**Exercise prompt:**
Only a number is wanted: how many lines in the records below contain "against"?

**Material supplied:**
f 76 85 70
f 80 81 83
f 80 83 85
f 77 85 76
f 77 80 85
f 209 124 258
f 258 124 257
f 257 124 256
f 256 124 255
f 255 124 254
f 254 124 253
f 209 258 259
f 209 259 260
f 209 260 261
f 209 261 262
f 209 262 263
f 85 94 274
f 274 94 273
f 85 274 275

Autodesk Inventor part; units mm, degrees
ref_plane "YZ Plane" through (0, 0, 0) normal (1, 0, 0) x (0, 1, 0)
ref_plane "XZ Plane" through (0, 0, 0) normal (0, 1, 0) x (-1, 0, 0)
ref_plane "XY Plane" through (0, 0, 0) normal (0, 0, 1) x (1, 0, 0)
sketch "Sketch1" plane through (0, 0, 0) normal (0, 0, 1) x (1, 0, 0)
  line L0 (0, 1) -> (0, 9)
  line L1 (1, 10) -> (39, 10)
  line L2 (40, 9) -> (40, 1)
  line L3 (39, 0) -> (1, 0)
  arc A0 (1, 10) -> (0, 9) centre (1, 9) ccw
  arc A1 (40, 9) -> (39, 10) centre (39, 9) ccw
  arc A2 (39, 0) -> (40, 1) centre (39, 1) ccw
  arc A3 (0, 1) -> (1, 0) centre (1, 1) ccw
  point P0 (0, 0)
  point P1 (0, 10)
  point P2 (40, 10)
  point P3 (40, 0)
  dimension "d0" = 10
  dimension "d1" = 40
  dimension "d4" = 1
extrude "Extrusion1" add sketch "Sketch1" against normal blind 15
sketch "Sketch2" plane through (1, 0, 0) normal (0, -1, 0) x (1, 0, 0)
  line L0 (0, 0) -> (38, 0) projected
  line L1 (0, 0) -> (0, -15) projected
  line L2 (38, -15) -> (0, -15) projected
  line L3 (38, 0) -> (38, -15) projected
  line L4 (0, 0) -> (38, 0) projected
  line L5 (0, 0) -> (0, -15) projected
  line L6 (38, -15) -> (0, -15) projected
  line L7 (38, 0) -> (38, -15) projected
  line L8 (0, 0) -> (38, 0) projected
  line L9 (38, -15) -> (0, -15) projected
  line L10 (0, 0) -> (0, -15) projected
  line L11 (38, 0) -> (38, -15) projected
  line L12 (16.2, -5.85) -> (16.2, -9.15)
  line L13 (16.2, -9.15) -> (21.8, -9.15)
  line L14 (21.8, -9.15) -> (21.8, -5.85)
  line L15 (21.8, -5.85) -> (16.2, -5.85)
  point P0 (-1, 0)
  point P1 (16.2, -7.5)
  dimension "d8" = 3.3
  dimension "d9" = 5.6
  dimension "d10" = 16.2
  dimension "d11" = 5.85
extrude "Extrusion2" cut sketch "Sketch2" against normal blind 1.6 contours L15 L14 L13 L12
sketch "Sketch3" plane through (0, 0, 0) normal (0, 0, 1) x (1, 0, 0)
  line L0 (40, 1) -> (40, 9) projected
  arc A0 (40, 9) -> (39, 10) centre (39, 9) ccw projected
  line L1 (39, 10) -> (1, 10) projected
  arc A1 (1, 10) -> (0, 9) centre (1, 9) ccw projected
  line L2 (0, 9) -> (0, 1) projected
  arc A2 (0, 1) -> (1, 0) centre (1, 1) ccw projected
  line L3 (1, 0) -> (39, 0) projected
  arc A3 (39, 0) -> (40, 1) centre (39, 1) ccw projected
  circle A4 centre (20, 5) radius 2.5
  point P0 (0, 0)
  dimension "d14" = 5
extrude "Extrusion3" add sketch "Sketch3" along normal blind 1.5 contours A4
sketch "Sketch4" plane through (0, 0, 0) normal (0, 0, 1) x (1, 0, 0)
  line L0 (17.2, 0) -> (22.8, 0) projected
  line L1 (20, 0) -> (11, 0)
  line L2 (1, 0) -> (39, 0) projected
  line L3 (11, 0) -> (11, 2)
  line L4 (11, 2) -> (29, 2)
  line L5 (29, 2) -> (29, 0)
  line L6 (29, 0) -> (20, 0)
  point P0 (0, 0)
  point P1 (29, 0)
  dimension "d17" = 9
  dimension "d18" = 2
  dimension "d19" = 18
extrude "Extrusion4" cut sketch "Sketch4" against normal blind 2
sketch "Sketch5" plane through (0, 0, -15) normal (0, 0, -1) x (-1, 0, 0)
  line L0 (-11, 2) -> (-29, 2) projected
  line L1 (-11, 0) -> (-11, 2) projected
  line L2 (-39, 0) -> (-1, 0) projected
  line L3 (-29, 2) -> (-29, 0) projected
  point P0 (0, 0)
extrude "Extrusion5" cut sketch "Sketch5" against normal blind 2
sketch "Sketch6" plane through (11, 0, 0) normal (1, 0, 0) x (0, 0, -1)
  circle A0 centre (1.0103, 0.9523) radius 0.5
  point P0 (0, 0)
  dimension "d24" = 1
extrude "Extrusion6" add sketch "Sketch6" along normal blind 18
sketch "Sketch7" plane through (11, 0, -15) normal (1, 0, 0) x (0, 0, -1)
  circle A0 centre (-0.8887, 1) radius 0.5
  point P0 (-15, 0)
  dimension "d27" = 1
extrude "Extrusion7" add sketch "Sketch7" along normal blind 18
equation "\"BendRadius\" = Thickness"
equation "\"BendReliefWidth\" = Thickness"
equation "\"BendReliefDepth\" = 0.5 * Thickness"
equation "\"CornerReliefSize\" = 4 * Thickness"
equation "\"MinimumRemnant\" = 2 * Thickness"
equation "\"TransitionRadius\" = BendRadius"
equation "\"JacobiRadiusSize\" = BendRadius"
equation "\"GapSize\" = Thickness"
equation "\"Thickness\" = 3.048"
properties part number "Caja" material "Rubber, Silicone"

**Finished task:**
4